Posted by: External project from PeoplePerHour
Started: 07-Mar-2024 15:33 GMT
Description: Full stack developer with relevant experience in AWS services and LLM deployment.
Description
Develop an MVP that provides a chat interface allowing users to query a dataset of local council documents, which will variously include minutes and policy documents. A dataset that contains all information relating to the purpose, policies, news, information, and decision making by that council.
The dataset would contain approximately 100 PDF documents, and the chatbot would return meaningful and coherent answers to user prompts, while providing reference links to documents that information in the response is taken from.
The client acknowledges the current limitations of LLMs in returning responses from queries across multiple documents, especially given current token limits and processing cost restrictions. A developer is sought that can leverage techniques to embed metadata in the text, allowing techniques such as RAG to extract snippets of data from multiple documents relating to the query and collate them into a response to the user, while adhering to token limits.
Objective
Develop an automated semantic text analysis pipeline that processes and analyses textual data extracted from documents using Llama2. This pipeline enriches text with metadata for deeper insights and enables semantic search capabilities through a user-friendly interface.
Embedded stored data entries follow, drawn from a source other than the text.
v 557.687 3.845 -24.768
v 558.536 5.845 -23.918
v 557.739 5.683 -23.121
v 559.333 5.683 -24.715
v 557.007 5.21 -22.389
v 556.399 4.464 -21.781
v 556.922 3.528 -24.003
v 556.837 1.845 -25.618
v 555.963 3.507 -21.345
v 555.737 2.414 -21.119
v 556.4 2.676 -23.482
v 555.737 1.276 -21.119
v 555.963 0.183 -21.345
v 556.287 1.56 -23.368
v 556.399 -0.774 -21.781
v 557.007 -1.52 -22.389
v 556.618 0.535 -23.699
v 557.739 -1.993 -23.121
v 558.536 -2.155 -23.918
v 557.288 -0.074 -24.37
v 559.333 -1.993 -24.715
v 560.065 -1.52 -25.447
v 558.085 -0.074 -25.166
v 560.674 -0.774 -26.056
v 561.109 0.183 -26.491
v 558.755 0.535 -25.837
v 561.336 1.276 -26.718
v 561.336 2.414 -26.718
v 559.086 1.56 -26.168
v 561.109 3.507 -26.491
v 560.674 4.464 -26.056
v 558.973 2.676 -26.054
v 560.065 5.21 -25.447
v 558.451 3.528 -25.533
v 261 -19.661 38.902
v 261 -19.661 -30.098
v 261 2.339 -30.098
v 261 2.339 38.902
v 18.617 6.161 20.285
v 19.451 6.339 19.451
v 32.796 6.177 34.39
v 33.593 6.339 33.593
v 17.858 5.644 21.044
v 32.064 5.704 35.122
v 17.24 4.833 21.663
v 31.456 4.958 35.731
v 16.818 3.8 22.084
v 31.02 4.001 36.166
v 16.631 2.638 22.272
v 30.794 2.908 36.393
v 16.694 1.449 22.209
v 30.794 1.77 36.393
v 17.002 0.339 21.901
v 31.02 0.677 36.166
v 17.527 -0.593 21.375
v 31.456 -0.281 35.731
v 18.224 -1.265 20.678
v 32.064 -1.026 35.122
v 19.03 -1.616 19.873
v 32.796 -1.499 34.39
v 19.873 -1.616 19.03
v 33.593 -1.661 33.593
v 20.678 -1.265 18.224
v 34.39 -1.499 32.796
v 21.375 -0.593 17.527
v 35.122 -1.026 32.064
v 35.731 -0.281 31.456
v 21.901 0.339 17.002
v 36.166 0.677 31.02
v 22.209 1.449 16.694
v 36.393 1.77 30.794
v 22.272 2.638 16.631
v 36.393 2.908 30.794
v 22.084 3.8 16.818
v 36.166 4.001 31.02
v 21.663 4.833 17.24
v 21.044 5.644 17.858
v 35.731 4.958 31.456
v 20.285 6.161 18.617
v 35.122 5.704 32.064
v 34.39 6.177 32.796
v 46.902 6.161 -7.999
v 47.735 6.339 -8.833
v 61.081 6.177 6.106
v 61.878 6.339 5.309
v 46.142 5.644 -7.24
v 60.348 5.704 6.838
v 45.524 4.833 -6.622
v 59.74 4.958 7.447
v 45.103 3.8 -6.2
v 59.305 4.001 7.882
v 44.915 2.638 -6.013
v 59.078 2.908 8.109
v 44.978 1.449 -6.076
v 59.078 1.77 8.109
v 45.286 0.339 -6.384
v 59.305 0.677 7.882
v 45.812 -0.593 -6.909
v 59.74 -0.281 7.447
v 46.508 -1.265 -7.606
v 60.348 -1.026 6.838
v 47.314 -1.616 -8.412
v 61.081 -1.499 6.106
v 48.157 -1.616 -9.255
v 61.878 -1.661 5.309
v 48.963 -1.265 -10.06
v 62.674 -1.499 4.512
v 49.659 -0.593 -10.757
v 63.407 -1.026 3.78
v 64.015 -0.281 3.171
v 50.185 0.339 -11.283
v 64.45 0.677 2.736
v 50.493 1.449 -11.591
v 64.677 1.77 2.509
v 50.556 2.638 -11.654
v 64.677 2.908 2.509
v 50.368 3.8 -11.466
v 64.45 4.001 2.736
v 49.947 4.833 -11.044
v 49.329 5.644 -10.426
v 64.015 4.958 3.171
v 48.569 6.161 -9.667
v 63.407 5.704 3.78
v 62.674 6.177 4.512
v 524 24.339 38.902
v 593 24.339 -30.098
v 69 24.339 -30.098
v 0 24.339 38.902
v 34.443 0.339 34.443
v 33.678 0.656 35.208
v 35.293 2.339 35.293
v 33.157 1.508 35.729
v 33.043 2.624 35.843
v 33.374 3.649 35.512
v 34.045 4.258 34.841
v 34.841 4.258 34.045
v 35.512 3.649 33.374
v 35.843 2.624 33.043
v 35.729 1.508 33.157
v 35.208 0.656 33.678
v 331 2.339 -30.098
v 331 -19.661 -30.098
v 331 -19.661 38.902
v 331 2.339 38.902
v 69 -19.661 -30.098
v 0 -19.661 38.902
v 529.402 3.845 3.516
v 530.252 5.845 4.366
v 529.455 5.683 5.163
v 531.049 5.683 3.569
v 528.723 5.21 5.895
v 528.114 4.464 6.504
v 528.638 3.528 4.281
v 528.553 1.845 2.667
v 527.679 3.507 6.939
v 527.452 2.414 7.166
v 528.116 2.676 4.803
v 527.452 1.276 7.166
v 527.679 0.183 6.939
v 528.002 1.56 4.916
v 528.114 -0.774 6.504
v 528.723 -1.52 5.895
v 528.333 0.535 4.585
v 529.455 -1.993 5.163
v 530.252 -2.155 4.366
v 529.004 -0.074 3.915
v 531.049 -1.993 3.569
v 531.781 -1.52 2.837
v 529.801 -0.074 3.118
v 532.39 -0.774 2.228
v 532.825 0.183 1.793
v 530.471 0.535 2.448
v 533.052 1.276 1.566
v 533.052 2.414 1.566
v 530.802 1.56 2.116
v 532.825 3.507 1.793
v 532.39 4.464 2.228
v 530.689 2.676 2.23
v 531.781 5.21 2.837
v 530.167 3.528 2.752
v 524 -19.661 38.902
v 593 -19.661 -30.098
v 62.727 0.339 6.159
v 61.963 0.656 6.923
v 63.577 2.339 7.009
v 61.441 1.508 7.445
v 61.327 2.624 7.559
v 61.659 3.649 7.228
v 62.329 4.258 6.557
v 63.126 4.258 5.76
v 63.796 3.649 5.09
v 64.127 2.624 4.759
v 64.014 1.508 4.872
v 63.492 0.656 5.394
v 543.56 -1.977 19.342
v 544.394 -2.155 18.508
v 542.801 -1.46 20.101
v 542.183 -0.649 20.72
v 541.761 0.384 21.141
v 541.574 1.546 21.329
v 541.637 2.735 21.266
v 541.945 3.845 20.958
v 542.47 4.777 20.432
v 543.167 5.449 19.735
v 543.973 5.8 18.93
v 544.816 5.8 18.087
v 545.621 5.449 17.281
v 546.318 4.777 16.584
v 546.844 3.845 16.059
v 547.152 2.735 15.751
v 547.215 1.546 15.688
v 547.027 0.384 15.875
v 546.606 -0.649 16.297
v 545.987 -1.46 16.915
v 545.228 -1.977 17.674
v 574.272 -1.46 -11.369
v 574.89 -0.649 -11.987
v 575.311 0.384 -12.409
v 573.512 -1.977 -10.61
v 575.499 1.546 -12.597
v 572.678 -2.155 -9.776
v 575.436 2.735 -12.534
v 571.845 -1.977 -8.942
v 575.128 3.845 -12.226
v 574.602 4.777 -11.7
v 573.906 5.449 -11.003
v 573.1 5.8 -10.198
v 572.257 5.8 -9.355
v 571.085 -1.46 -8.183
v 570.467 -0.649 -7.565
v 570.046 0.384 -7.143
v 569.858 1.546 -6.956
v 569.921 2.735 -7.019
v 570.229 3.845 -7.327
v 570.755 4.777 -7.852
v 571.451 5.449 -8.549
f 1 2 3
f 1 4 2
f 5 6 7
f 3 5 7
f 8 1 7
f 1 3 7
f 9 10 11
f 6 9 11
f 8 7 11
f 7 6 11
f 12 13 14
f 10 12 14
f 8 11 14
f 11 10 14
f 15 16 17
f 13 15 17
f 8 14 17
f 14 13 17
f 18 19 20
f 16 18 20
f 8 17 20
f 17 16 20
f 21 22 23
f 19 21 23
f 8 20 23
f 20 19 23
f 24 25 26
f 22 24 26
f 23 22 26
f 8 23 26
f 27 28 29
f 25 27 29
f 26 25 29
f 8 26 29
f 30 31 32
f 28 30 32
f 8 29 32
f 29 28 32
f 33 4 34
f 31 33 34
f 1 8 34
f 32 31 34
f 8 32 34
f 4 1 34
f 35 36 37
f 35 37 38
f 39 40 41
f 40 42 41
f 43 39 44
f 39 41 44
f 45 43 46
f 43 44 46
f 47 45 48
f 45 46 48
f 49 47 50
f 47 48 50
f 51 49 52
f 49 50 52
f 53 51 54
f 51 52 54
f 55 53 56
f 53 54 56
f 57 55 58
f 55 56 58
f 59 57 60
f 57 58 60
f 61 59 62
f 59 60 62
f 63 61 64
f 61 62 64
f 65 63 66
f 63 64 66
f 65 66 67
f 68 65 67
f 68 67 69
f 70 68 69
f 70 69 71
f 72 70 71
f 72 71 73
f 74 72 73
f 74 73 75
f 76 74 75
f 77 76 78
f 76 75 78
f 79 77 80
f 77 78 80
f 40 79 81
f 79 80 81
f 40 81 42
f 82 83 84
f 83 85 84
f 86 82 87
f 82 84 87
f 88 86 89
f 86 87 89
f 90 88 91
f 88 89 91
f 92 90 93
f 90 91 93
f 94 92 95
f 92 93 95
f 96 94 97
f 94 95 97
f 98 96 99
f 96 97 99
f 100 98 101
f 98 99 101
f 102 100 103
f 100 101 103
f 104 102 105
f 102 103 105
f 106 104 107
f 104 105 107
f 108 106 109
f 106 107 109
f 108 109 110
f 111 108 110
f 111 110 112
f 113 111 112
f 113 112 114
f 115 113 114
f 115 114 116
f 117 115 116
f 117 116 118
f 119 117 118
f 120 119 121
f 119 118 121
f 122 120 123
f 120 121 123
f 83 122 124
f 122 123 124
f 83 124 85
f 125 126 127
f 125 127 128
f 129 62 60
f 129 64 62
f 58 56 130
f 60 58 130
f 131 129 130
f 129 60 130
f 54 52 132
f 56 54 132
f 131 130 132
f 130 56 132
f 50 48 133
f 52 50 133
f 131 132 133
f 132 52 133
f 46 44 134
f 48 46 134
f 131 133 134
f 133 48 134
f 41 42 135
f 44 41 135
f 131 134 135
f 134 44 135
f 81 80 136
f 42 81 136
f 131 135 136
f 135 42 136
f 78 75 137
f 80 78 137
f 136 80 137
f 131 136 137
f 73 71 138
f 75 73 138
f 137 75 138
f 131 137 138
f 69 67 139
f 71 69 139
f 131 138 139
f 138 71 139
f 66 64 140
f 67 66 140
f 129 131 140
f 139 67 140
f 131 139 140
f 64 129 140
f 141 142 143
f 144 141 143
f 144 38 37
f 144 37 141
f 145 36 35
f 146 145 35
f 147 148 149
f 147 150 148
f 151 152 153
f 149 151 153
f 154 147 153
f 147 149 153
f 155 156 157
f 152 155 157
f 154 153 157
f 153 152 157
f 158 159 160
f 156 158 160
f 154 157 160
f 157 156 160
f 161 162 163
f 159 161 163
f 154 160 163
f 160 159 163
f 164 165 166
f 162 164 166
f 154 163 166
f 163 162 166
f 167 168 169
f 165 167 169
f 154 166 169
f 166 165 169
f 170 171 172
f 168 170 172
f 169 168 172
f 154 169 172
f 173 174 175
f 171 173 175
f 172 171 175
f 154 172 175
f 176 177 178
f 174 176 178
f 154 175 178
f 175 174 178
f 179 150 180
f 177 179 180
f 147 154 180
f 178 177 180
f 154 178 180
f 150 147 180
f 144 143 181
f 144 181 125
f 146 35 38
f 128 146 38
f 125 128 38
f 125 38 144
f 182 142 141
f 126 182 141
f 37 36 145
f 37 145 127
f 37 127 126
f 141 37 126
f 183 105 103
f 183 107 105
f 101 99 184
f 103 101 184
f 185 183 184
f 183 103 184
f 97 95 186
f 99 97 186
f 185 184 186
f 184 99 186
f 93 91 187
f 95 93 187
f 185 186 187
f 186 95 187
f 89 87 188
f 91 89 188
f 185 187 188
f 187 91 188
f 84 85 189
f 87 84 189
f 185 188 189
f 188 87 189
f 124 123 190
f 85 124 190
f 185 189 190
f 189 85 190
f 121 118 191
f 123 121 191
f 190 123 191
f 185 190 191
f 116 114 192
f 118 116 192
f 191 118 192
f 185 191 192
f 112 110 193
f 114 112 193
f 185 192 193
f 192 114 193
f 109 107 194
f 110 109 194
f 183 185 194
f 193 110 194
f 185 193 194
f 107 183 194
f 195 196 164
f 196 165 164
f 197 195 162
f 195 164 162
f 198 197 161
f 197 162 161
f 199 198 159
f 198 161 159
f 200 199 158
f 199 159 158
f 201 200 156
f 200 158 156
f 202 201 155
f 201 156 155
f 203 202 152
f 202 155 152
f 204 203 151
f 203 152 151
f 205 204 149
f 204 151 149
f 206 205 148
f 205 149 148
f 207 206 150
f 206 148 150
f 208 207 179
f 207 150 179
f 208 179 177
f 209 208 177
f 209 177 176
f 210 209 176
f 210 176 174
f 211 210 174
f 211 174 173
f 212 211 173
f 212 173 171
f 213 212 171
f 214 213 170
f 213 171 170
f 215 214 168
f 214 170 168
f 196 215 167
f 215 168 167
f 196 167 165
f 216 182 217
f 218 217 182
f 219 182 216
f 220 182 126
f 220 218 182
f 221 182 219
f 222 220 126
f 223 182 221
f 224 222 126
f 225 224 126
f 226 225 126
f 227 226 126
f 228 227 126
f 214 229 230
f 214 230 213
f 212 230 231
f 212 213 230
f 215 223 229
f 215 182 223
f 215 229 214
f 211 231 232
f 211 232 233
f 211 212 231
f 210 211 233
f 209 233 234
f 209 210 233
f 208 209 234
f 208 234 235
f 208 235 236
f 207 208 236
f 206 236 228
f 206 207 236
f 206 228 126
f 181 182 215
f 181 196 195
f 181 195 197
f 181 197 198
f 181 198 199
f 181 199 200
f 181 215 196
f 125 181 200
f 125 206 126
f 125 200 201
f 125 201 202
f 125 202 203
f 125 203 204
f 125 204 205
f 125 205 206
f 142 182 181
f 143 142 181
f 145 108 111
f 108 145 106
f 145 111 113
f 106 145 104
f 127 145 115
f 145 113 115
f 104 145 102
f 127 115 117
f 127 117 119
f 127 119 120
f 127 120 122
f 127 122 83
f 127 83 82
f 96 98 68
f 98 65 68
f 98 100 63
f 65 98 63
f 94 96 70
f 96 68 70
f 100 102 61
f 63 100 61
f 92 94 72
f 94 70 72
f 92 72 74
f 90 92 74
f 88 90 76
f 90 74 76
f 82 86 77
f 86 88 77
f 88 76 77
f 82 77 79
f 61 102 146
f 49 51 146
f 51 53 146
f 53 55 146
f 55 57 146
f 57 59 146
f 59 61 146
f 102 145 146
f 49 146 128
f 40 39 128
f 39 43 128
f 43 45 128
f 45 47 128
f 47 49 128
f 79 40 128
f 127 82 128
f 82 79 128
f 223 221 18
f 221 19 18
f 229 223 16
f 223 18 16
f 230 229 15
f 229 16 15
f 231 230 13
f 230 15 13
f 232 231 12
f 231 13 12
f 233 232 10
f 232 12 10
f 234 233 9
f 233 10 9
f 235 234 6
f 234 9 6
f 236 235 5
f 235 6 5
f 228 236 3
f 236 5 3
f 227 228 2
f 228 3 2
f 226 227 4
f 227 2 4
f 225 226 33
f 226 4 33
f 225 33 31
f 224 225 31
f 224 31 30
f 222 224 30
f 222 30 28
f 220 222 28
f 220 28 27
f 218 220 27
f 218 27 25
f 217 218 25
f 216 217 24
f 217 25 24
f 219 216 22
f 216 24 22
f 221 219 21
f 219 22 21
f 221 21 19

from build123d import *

# Parameters (mm, degrees)
F0_W     = 44
F0_H     = 69
F1_DEPTH = 593
F2_SIZE  = 68.99999
F4_D     = 8
F4_DEPTH = 20
F4_TIP   = 2.4034424761
F5_SIZE  = 68.99999
F7_D     = 8
F7_DEPTH = 20
F7_TIP   = 2.4034424761
F8_W     = 70
F8_H     = 69
F9_DEPTH = 22


# Not quite as in the source:
# - a fillet or chamfer is up to 0.001 mm smaller than in the source, because OpenCascade refuses the exact size


with BuildPart() as f1:
    # F0 (on Right) → F1 (new body)
    with BuildSketch(Plane.YZ):
        with Locations((2.3388881236, 4.4023249735)):
            Rectangle(F0_W, F0_H)
    extrude(amount=F1_DEPTH)

    # F2 (size 69 in the source; OpenCascade refuses exactly that, so slightly less here)
    f2_edges = [f1.edges().sort_by_distance(p)[0] for p in [
        (0, 2.338888, -30.097675),
    ]]
    chamfer(f2_edges, length=F2_SIZE)

    # F4
    with Locations(Plane(origin=(19.4511624867, 0, 19.4511624867), x_dir=(0, -1, 0), z_dir=(-0.7071067812, 0, -0.7071067812))):
        with Locations((-2.3388881236, 0), (-2.3388881236, -40)):
            Hole(F4_D / 2, depth=F4_DEPTH)
            with Locations((0, 0, -(F4_DEPTH + F4_TIP / 2))):  # 118° drill point
                Cone(0, F4_D / 2, F4_TIP, mode=Mode.SUBTRACT)

    # F5 (size 69 in the source; OpenCascade refuses exactly that, so slightly less here)
    f5_edges = [f1.edges().sort_by_distance(p)[0] for p in [
        (593, 2.338888, 38.902325),
    ]]
    chamfer(f5_edges, length=F5_SIZE)

    # F7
This stage of the project is for a MVP system, leveraging AWS services such as Textract for text extraction, a text categorising stage with a simple to use GUI, all-mpnet-base-v2 for embedding, and Postgres with a vector extension.
This job posting is for the MPV stage only, but we must be mindful of the stage two development and facilitate rapid and straightforward scalability in any stage one MPV processes.
System Overview
The solution encompasses AWS services for storage and processing, a custom interface for metadata enrichment, all-mpnet-base-v2 for generating text embeddings, Postgres and a vector extension for efficient storage and retrieval of vectors, and a custom-built web interface for user interaction. RAG will be implemented with a broad a context as possible to the model across a large document set.
Phase 1: MVP Stage
1. Document Storage and Processing Trigger
Tool: Amazon S3.
Process: Upload documents (PDFs initially) to designated S3 buckets, documents will be renamed in accordance with a set naming convention and details of the document entered into the database. This triggers the subsequent text extraction process. For test purposes the uploads will be made manually, and at later stages a web scraper will be added that automatically places PDF documents into relevant S3 buckets.
2. Text Extraction
- Tool: AWS Textract.
- Process: Text is extracted from uploaded PDF documents and temporarily stored in A3 buckets to facilitate further processing.
3. Text Enrichment
Developer to advise on best method of adding labels / categories to the text, via an easy to use interface. Labels to be added at a granular level to allow the return of text snippets from within the chunks of data, but with relevant metadata. The purpose of this is to provide context to the LLM in formulating responses from a broad range of documents without exceeding the token limit.
4. Text Vectorization
• Embedding tool: all-mpnet-base-v2
• LLM: Amazon SageMaker (using LLaMA 2).
Process: The text is processed with LLaMA 2 to generate vector embeddings, capturing semantic information for advanced analysis and search functionalities.
5. Vector Storage
Tool: Postgres with a vector extension
Process: Text vectors are stored in the database, allowing for efficient management and retrieval of vectorized data for semantic searches.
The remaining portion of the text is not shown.